### WORK TO BE COMPLETED
Scan the data below for the string "PLANE". Copy every line where it appears.

(Stored data)
== Segment start ==
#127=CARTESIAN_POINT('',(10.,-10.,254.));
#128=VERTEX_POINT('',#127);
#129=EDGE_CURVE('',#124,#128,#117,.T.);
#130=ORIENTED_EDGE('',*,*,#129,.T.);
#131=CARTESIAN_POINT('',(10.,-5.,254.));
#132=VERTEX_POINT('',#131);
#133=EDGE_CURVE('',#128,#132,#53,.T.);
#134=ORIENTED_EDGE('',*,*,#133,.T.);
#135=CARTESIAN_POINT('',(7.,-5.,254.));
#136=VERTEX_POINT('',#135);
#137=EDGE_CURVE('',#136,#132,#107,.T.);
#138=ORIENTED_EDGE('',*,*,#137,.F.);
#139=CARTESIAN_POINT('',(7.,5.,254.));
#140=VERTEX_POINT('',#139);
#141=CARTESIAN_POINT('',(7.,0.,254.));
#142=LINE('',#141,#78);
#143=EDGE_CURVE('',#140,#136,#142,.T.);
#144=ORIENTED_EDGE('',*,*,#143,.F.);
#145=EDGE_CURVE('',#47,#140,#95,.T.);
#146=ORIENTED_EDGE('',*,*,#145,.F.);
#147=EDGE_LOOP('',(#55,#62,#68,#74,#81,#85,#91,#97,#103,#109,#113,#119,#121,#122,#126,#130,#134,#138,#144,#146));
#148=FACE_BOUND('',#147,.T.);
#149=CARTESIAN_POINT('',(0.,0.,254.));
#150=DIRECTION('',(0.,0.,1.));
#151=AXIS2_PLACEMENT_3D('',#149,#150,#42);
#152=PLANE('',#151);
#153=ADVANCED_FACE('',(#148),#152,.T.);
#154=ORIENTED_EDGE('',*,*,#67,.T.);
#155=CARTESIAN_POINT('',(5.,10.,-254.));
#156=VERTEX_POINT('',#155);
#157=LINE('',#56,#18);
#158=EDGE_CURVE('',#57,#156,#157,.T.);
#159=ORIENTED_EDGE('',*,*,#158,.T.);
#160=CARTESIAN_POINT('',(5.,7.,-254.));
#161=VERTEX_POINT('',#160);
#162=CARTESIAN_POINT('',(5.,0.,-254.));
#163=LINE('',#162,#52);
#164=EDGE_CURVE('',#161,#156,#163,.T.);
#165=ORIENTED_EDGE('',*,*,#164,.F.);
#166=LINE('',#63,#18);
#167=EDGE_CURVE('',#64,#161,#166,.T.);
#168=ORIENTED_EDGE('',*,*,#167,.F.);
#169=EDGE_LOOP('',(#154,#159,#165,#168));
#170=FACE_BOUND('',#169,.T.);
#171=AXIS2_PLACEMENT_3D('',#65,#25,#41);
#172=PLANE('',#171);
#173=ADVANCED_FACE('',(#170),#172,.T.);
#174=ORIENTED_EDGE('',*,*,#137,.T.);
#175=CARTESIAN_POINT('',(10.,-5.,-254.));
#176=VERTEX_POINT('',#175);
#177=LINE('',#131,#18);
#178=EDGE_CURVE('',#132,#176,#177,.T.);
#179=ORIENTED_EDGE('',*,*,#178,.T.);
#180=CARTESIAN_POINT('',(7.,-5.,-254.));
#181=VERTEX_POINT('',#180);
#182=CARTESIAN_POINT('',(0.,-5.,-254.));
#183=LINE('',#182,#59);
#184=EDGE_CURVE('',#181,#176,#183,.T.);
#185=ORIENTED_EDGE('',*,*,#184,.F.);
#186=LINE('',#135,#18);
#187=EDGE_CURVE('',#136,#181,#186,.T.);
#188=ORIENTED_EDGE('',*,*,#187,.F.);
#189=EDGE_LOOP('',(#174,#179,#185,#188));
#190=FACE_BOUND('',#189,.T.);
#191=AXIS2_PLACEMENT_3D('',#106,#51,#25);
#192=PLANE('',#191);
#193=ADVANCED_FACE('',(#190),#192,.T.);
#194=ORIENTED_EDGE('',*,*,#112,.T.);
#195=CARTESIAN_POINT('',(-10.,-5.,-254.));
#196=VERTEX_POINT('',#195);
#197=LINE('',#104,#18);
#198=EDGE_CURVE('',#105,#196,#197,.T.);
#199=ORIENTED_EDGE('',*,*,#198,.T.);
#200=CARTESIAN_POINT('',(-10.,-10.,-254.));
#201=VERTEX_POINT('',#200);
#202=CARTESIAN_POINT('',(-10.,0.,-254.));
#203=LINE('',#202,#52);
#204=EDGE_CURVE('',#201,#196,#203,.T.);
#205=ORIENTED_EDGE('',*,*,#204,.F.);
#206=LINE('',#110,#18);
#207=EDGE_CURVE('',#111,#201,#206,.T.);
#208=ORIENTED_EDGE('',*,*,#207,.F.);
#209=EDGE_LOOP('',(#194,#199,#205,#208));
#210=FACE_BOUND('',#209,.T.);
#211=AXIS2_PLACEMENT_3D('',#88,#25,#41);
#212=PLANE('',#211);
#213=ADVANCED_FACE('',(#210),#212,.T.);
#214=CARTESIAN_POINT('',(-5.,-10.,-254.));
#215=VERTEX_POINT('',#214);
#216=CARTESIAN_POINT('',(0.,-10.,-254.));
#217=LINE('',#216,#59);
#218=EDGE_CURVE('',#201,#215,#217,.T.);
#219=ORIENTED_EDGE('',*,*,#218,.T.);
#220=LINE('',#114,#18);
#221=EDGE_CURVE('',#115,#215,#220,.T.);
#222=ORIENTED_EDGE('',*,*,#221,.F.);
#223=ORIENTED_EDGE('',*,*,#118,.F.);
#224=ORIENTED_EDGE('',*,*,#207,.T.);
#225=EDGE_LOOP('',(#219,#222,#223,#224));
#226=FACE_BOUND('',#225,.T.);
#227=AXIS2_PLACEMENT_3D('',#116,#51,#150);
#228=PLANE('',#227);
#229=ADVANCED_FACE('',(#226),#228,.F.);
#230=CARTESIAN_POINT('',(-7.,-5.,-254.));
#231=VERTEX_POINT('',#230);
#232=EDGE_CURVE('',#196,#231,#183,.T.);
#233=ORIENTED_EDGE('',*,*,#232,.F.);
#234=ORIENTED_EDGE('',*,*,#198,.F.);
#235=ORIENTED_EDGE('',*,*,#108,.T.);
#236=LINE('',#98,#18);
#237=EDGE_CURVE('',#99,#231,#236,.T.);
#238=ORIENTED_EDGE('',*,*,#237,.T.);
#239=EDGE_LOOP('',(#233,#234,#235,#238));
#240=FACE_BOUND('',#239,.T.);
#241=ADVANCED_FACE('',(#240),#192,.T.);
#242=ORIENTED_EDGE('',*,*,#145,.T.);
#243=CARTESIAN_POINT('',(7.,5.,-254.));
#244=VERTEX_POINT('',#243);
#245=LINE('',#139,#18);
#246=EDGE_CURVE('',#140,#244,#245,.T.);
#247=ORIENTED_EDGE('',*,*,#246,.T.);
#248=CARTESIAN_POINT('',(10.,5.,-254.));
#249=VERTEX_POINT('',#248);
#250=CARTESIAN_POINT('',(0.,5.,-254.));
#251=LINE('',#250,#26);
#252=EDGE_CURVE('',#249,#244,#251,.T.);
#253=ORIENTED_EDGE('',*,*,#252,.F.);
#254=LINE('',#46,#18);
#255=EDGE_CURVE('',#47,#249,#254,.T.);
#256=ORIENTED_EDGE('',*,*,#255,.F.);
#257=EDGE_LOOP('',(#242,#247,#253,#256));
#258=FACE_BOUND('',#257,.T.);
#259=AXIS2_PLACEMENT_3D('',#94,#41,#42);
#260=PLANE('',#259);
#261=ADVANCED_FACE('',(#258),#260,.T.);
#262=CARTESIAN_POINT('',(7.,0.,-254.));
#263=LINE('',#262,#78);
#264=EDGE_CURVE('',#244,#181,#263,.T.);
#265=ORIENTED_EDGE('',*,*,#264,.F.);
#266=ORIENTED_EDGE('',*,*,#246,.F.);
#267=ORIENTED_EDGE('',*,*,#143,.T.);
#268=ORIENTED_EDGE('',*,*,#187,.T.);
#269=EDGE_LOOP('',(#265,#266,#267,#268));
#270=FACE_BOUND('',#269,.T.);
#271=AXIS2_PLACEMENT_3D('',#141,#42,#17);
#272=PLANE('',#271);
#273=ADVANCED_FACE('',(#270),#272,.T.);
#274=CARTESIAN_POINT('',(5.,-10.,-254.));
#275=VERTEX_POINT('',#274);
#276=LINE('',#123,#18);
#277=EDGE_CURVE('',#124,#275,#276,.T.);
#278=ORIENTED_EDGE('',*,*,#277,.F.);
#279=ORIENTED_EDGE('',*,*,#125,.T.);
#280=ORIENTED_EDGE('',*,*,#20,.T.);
== Segment end ==
### ANSWER TO THIS PROBLEM
#152=PLANE('',#151);
#172=PLANE('',#171);
#192=PLANE('',#191);
#212=PLANE('',#211);
#228=PLANE('',#227);
#260=PLANE('',#259);
#272=PLANE('',#271);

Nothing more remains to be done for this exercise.